◆ ASSIGNMENT
Beginning with the first line, please return the entries exactly through the line that contains "e42 v34 v33 LINE", and leave out all later lines.
==== GIVEN RECORDS ====
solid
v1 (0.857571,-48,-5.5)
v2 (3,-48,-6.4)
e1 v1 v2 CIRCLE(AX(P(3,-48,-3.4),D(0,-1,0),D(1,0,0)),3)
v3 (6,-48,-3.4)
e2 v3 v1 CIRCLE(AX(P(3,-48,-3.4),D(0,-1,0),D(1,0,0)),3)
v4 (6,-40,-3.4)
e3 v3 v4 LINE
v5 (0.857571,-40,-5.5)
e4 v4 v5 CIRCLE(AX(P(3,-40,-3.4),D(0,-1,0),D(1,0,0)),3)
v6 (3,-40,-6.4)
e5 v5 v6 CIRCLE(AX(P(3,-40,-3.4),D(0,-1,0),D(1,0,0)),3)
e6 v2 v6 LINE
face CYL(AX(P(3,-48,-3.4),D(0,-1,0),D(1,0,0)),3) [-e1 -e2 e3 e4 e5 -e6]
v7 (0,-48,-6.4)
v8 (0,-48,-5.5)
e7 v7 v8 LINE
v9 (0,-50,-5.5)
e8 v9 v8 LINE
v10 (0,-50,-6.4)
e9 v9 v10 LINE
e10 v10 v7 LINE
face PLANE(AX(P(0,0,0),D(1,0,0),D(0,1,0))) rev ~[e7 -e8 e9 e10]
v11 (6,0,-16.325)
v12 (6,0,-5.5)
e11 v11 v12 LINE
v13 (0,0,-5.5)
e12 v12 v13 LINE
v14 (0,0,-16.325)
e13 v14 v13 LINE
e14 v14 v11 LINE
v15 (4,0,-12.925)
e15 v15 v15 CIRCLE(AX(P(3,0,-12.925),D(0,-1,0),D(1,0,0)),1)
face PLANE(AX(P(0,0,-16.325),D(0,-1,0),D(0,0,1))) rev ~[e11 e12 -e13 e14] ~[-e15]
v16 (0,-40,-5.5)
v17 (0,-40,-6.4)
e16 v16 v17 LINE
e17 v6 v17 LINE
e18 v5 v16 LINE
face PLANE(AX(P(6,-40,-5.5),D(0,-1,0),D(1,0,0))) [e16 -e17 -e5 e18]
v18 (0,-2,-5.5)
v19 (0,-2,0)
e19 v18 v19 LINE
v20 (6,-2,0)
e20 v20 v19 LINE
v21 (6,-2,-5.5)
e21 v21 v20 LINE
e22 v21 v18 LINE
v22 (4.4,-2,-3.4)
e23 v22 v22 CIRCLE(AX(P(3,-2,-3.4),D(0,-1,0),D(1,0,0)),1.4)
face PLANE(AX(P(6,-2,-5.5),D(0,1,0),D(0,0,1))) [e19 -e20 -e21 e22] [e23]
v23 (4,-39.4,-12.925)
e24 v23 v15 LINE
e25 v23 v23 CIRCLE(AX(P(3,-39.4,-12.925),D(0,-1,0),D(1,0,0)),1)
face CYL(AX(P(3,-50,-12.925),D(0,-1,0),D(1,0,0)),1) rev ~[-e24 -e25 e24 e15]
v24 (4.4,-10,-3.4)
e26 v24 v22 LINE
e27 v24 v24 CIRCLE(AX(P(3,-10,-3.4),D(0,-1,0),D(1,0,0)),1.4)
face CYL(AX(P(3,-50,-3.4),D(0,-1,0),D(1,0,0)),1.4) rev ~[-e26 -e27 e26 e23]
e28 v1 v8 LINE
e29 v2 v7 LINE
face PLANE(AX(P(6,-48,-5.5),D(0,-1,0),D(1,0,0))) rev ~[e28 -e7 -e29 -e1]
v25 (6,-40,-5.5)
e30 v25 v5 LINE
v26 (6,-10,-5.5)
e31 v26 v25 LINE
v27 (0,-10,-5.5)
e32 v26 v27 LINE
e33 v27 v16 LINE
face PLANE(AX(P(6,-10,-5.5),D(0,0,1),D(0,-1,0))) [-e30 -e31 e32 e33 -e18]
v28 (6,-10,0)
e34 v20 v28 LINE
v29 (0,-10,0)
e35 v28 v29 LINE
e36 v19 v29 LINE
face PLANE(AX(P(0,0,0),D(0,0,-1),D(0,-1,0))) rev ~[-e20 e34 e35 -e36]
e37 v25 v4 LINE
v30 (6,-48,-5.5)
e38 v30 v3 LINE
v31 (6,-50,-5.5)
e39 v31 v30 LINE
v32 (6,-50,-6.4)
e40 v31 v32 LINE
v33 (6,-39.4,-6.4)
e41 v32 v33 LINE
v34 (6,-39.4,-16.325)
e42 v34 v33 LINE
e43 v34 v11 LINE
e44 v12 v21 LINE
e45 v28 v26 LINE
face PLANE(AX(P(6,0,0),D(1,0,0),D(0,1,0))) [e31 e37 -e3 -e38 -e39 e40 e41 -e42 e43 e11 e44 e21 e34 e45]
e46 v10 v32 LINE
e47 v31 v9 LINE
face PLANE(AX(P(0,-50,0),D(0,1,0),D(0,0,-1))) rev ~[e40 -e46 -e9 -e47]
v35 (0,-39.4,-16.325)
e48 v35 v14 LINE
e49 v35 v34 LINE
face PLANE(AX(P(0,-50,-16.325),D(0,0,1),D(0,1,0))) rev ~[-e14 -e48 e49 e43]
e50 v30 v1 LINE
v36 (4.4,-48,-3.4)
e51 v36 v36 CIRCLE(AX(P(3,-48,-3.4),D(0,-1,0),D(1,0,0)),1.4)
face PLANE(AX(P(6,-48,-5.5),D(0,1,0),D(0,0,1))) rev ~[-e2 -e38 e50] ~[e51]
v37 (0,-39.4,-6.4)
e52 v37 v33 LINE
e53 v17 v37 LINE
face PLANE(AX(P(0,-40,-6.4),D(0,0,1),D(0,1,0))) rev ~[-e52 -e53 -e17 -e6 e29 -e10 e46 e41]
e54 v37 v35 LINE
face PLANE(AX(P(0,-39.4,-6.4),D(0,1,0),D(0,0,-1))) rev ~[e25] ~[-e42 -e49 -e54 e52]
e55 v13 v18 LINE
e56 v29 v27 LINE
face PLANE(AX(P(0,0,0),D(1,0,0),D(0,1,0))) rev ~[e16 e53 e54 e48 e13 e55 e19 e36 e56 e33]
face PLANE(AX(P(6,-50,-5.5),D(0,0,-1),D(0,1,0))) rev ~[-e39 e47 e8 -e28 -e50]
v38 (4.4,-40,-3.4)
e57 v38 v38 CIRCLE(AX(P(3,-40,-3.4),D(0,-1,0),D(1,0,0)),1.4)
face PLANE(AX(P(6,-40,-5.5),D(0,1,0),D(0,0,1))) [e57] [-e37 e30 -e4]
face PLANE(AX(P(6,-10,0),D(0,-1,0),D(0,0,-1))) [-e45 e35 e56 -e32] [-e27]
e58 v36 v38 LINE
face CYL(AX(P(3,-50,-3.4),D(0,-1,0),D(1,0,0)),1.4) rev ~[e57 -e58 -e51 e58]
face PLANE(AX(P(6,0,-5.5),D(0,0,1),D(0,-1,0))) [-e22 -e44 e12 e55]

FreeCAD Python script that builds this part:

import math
import FreeCAD as App
import Part
import Sketcher
Q = App.Units.Quantity


def add_polygon(sketch, points):
    """Adds a closed chain of lines whose ends are joined by coincident constraints."""
    first, n = sketch.GeometryCount, len(points)
    for a, b in zip(points, points[1:] + points[:1]):
        sketch.addGeometry(Part.LineSegment(App.Vector(*a, 0), App.Vector(*b, 0)), False)
    for i in range(n):
        sketch.addConstraint(Sketcher.Constraint("Coincident", first + i, 2, first + (i + 1) % n, 1))

doc = App.newDocument("Part")
body = doc.addObject("PartDesign::Body", "Body")

# Sketch on YZ plane
sketch1 = body.newObject("Sketcher::SketchObject", "Sketch")
sketch1.AttachmentSupport = (doc.getObject("YZ_Plane"), [""])
sketch1.MapMode = "FlatFace"
add_polygon(sketch1, [(0, -16), (0, 0), (-50, 0), (-50, -16)])  # lines 0-3
sketch1.addConstraint(Sketcher.Constraint("Vertical", 0))
sketch1.addConstraint(Sketcher.Constraint("Horizontal", 1))
sketch1.addConstraint(Sketcher.Constraint("Vertical", 2))
sketch1.addConstraint(Sketcher.Constraint("Horizontal", 3))
sketch1.addConstraint(Sketcher.Constraint("Coincident", 0, 2, -1, 1))
sketch1.addConstraint(Sketcher.Constraint("DistanceX", 1, 2, 1, 1, Q("50 mm")))
sketch1.addConstraint(Sketcher.Constraint("DistanceY", 0, 1, 0, 2, Q("16.325 mm")))
pad1 = body.newObject("PartDesign::Pad", "Pad")
pad1.Profile = sketch1
pad1.Length = 6

# Sketch on XZ plane
sketch2 = body.newObject("Sketcher::SketchObject", "Sketch001")
sketch2.AttachmentSupport = (doc.getObject("XZ_Plane"), [""])
sketch2.MapMode = "FlatFace"
sketch2.AttachmentOffset = App.Placement(App.Vector(0, 0, 50), App.Rotation())
sketch2.addGeometry(Part.Circle(App.Vector(3, -3.4, 0), App.Vector(0, 0, 1), 1.4), False)
sketch2.addGeometry(Part.Circle(App.Vector(3, -12.9, 0), App.Vector(0, 0, 1), 1), False)
sketch2.addConstraint(Sketcher.Constraint("Vertical", 0, 3, 1, 3))
sketch2.addConstraint(Sketcher.Constraint("Diameter", 1, Q("2 mm")))
sketch2.addConstraint(Sketcher.Constraint("Diameter", 0, Q("2.8 mm")))
sketch2.addConstraint(Sketcher.Constraint("DistanceX", -1, 1, 0, 3, Q("3 mm")))
sketch2.addConstraint(Sketcher.Constraint("DistanceY", 1, 3, 0, 3, Q("9.525 mm")))
sketch2.addConstraint(Sketcher.Constraint("DistanceY", 0, 3, -1, 1, Q("3.4 mm")))
pocket1 = body.newObject("PartDesign::Pocket", "Pocket")
pocket1.Profile = sketch2
pocket1.Type = "ThroughAll"

# Sketch on YZ plane
sketch3 = body.newObject("Sketcher::SketchObject", "Sketch002")
sketch3.AttachmentSupport = (doc.getObject("YZ_Plane"), [""])
sketch3.MapMode = "FlatFace"
sketch3.AttachmentOffset = App.Placement(App.Vector(0, 0, 6), App.Rotation())
add_polygon(sketch3, [(0, -5.5), (0, 0), (-2, 0), (-2, -5.5)])  # lines 0-3
add_polygon(sketch3, [(-48, -5.5), (-48, 0), (-50, 0), (-50, -5.5)])  # lines 4-7
sketch3.addConstraint(Sketcher.Constraint("Vertical", 0))
sketch3.addConstraint(Sketcher.Constraint("Horizontal", 1))
sketch3.addConstraint(Sketcher.Constraint("Vertical", 2))
sketch3.addConstraint(Sketcher.Constraint("Horizontal", 3))
sketch3.addConstraint(Sketcher.Constraint("Vertical", 4))
sketch3.addConstraint(Sketcher.Constraint("Horizontal", 5))
sketch3.addConstraint(Sketcher.Constraint("Vertical", 6))
sketch3.addConstraint(Sketcher.Constraint("Horizontal", 7))
sketch3.addConstraint(Sketcher.Constraint("Coincident", 0, 2, -1, 1))
sketch3.addConstraint(Sketcher.Constraint("PointOnObject", 4, 2, -1))
sketch3.addConstraint(Sketcher.Constraint("Horizontal", 3, 2, 6, 2))
sketch3.addConstraint(Sketcher.Constraint("Equal", 3, 5))
sketch3.addConstraint(Sketcher.Constraint("DistanceX", 1, 2, 1, 1, Q("2 mm")))
sketch3.addConstraint(Sketcher.Constraint("DistanceY", 0, 1, 0, 2, Q("5.5 mm")))
sketch3.addConstraint(Sketcher.Constraint("DistanceX", 4, 2, -1, 1, Q("48 mm")))
pocket2 = body.newObject("PartDesign::Pocket", "Pocket001")
pocket2.Profile = sketch3
pocket2.Type = "ThroughAll"

# Sketch on YZ plane
sketch4 = body.newObject("Sketcher::SketchObject", "Sketch003")
sketch4.AttachmentSupport = (doc.getObject("YZ_Plane"), [""])
sketch4.MapMode = "FlatFace"
sketch4.AttachmentOffset = App.Placement(App.Vector(0, 0, 6), App.Rotation())
add_polygon(sketch4, [(-10, -6), (-10, 0), (-40, 0), (-40, -6)])  # lines 0-3
sketch4.addConstraint(Sketcher.Constraint("Vertical", 0))
sketch4.addConstraint(Sketcher.Constraint("Horizontal", 1))
sketch4.addConstraint(Sketcher.Constraint("Vertical", 2))
sketch4.addConstraint(Sketcher.Constraint("Horizontal", 3))
sketch4.addConstraint(Sketcher.Constraint("PointOnObject", 0, 2, -1))
sketch4.addConstraint(Sketcher.Constraint("DistanceX", 1, 2, 1, 1, Q("30 mm")))
sketch4.addConstraint(Sketcher.Constraint("DistanceY", 0, 1, 0, 2, Q("5.5 mm")))
sketch4.addConstraint(Sketcher.Constraint("DistanceX", 0, 2, -1, 1, Q("10 mm")))
pocket3 = body.newObject("PartDesign::Pocket", "Pocket002")
pocket3.Profile = sketch4
pocket3.Type = "ThroughAll"

# Sketch on XZ plane
sketch5 = body.newObject("Sketcher::SketchObject", "Sketch004")
sketch5.AttachmentSupport = (doc.getObject("XZ_Plane"), [""])
sketch5.MapMode = "FlatFace"
sketch5.AttachmentOffset = App.Placement(App.Vector(0, 0, 48), App.Rotation())
sketch5.addGeometry(Part.LineSegment(App.Vector(0, -6.4, 0), App.Vector(3, -6.4, 0)), False)
sketch5.addGeometry(Part.ArcOfCircle(Part.Circle(App.Vector(3, -3.4, 0), App.Vector(0, 0, 1), 3), math.radians(180), math.radians(270)), False)
sketch5.addGeometry(Part.LineSegment(App.Vector(0, -3.4, 0), App.Vector(0, -6.4, 0)), False)
sketch5.addGeometry(Part.ArcOfCircle(Part.Circle(App.Vector(3, -3.4, 0), App.Vector(0, 0, 1), 3), math.radians(0), math.radians(180)), False)
sketch5.addGeometry(Part.LineSegment(App.Vector(6, -3.4, 0), App.Vector(6, 0, 0)), False)
sketch5.addGeometry(Part.LineSegment(App.Vector(6, 0, 0), App.Vector(0, 0, 0)), False)
sketch5.addGeometry(Part.LineSegment(App.Vector(0, 0, 0), App.Vector(0, -3.4, 0)), False)
sketch5.addConstraint(Sketcher.Constraint("Tangent", 0, 2, 1, 2))
sketch5.addConstraint(Sketcher.Constraint("Tangent", 1, 1, 2, 1))
sketch5.addConstraint(Sketcher.Constraint("Coincident", 2, 2, 0, 1))
sketch5.addConstraint(Sketcher.Constraint("Tangent", 3, 1, 4, 1))
sketch5.addConstraint(Sketcher.Constraint("Coincident", 4, 2, 5, 1))
sketch5.addConstraint(Sketcher.Constraint("Coincident", 5, 2, 6, 1))
sketch5.addConstraint(Sketcher.Constraint("Tangent", 6, 2, 3, 2))
sketch5.addConstraint(Sketcher.Constraint("Horizontal", 0))
sketch5.addConstraint(Sketcher.Constraint("Vertical", 2))
sketch5.addConstraint(Sketcher.Constraint("Vertical", 4))
sketch5.addConstraint(Sketcher.Constraint("Horizontal", 5))
sketch5.addConstraint(Sketcher.Constraint("Vertical", 6))
sketch5.addConstraint(Sketcher.Constraint("Coincident", 5, 2, -1, 1))
sketch5.addConstraint(Sketcher.Constraint("Coincident", 3, 3, 1, 3))
sketch5.addConstraint(Sketcher.Constraint("Equal", 1, 3))
sketch5.addConstraint(Sketcher.Constraint("Radius", 1, Q("3 mm")))
sketch5.addConstraint(Sketcher.Constraint("DistanceY", 4, 1, 4, 2, Q("3.4 mm")))
pocket4 = body.newObject("PartDesign::Pocket", "Pocket003")
pocket4.Profile = sketch5
pocket4.Length = 8

# Sketch on YZ plane
sketch6 = body.newObject("Sketcher::SketchObject", "Sketch005")
sketch6.AttachmentSupport = (doc.getObject("YZ_Plane"), [""])
sketch6.MapMode = "FlatFace"
add_polygon(sketch6, [(-50, -6), (-39, -6), (-39, -16), (-50, -16)])  # lines 0-3
sketch6.addConstraint(Sketcher.Constraint("Horizontal", 0))
sketch6.addConstraint(Sketcher.Constraint("Vertical", 1))
sketch6.addConstraint(Sketcher.Constraint("Horizontal", 2))
sketch6.addConstraint(Sketcher.Constraint("Vertical", 3))
sketch6.addConstraint(Sketcher.Constraint("DistanceX", 0, 1, 0, 2, Q("10.6 mm")))
sketch6.addConstraint(Sketcher.Constraint("DistanceX", 2, 2, -1, 1, Q("50 mm")))
sketch6.addConstraint(Sketcher.Constraint("DistanceY", 0, 2, -1, 1, Q("6.4 mm")))
sketch6.addConstraint(Sketcher.Constraint("DistanceY", 1, 2, 1, 1, Q("9.925 mm")))
pocket5 = body.newObject("PartDesign::Pocket", "Pocket004")
pocket5.Profile = sketch6
pocket5.Type = "ThroughAll"
pocket5.Reversed = True

doc.recompute()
====
◆ EXERCISE OUTPUT
solid
v1 (0.857571,-48,-5.5)
v2 (3,-48,-6.4)
e1 v1 v2 CIRCLE(AX(P(3,-48,-3.4),D(0,-1,0),D(1,0,0)),3)
v3 (6,-48,-3.4)
e2 v3 v1 CIRCLE(AX(P(3,-48,-3.4),D(0,-1,0),D(1,0,0)),3)
v4 (6,-40,-3.4)
e3 v3 v4 LINE
v5 (0.857571,-40,-5.5)
e4 v4 v5 CIRCLE(AX(P(3,-40,-3.4),D(0,-1,0),D(1,0,0)),3)
v6 (3,-40,-6.4)
e5 v5 v6 CIRCLE(AX(P(3,-40,-3.4),D(0,-1,0),D(1,0,0)),3)
e6 v2 v6 LINE
face CYL(AX(P(3,-48,-3.4),D(0,-1,0),D(1,0,0)),3) [-e1 -e2 e3 e4 e5 -e6]
v7 (0,-48,-6.4)
v8 (0,-48,-5.5)
e7 v7 v8 LINE
v9 (0,-50,-5.5)
e8 v9 v8 LINE
v10 (0,-50,-6.4)
e9 v9 v10 LINE
e10 v10 v7 LINE
face PLANE(AX(P(0,0,0),D(1,0,0),D(0,1,0))) rev ~[e7 -e8 e9 e10]
v11 (6,0,-16.325)
v12 (6,0,-5.5)
e11 v11 v12 LINE
v13 (0,0,-5.5)
e12 v12 v13 LINE
v14 (0,0,-16.325)
e13 v14 v13 LINE
e14 v14 v11 LINE
v15 (4,0,-12.925)
e15 v15 v15 CIRCLE(AX(P(3,0,-12.925),D(0,-1,0),D(1,0,0)),1)
face PLANE(AX(P(0,0,-16.325),D(0,-1,0),D(0,0,1))) rev ~[e11 e12 -e13 e14] ~[-e15]
v16 (0,-40,-5.5)
v17 (0,-40,-6.4)
e16 v16 v17 LINE
e17 v6 v17 LINE
e18 v5 v16 LINE
face PLANE(AX(P(6,-40,-5.5),D(0,-1,0),D(1,0,0))) [e16 -e17 -e5 e18]
v18 (0,-2,-5.5)
v19 (0,-2,0)
e19 v18 v19 LINE
v20 (6,-2,0)
e20 v20 v19 LINE
v21 (6,-2,-5.5)
e21 v21 v20 LINE
e22 v21 v18 LINE
v22 (4.4,-2,-3.4)
e23 v22 v22 CIRCLE(AX(P(3,-2,-3.4),D(0,-1,0),D(1,0,0)),1.4)
face PLANE(AX(P(6,-2,-5.5),D(0,1,0),D(0,0,1))) [e19 -e20 -e21 e22] [e23]
v23 (4,-39.4,-12.925)
e24 v23 v15 LINE
e25 v23 v23 CIRCLE(AX(P(3,-39.4,-12.925),D(0,-1,0),D(1,0,0)),1)
face CYL(AX(P(3,-50,-12.925),D(0,-1,0),D(1,0,0)),1) rev ~[-e24 -e25 e24 e15]
v24 (4.4,-10,-3.4)
e26 v24 v22 LINE
e27 v24 v24 CIRCLE(AX(P(3,-10,-3.4),D(0,-1,0),D(1,0,0)),1.4)
face CYL(AX(P(3,-50,-3.4),D(0,-1,0),D(1,0,0)),1.4) rev ~[-e26 -e27 e26 e23]
e28 v1 v8 LINE
e29 v2 v7 LINE
face PLANE(AX(P(6,-48,-5.5),D(0,-1,0),D(1,0,0))) rev ~[e28 -e7 -e29 -e1]
v25 (6,-40,-5.5)
e30 v25 v5 LINE
v26 (6,-10,-5.5)
e31 v26 v25 LINE
v27 (0,-10,-5.5)
e32 v26 v27 LINE
e33 v27 v16 LINE
face PLANE(AX(P(6,-10,-5.5),D(0,0,1),D(0,-1,0))) [-e30 -e31 e32 e33 -e18]
v28 (6,-10,0)
e34 v20 v28 LINE
v29 (0,-10,0)
e35 v28 v29 LINE
e36 v19 v29 LINE
face PLANE(AX(P(0,0,0),D(0,0,-1),D(0,-1,0))) rev ~[-e20 e34 e35 -e36]
e37 v25 v4 LINE
v30 (6,-48,-5.5)
e38 v30 v3 LINE
v31 (6,-50,-5.5)
e39 v31 v30 LINE
v32 (6,-50,-6.4)
e40 v31 v32 LINE
v33 (6,-39.4,-6.4)
e41 v32 v33 LINE
v34 (6,-39.4,-16.325)
e42 v34 v33 LINE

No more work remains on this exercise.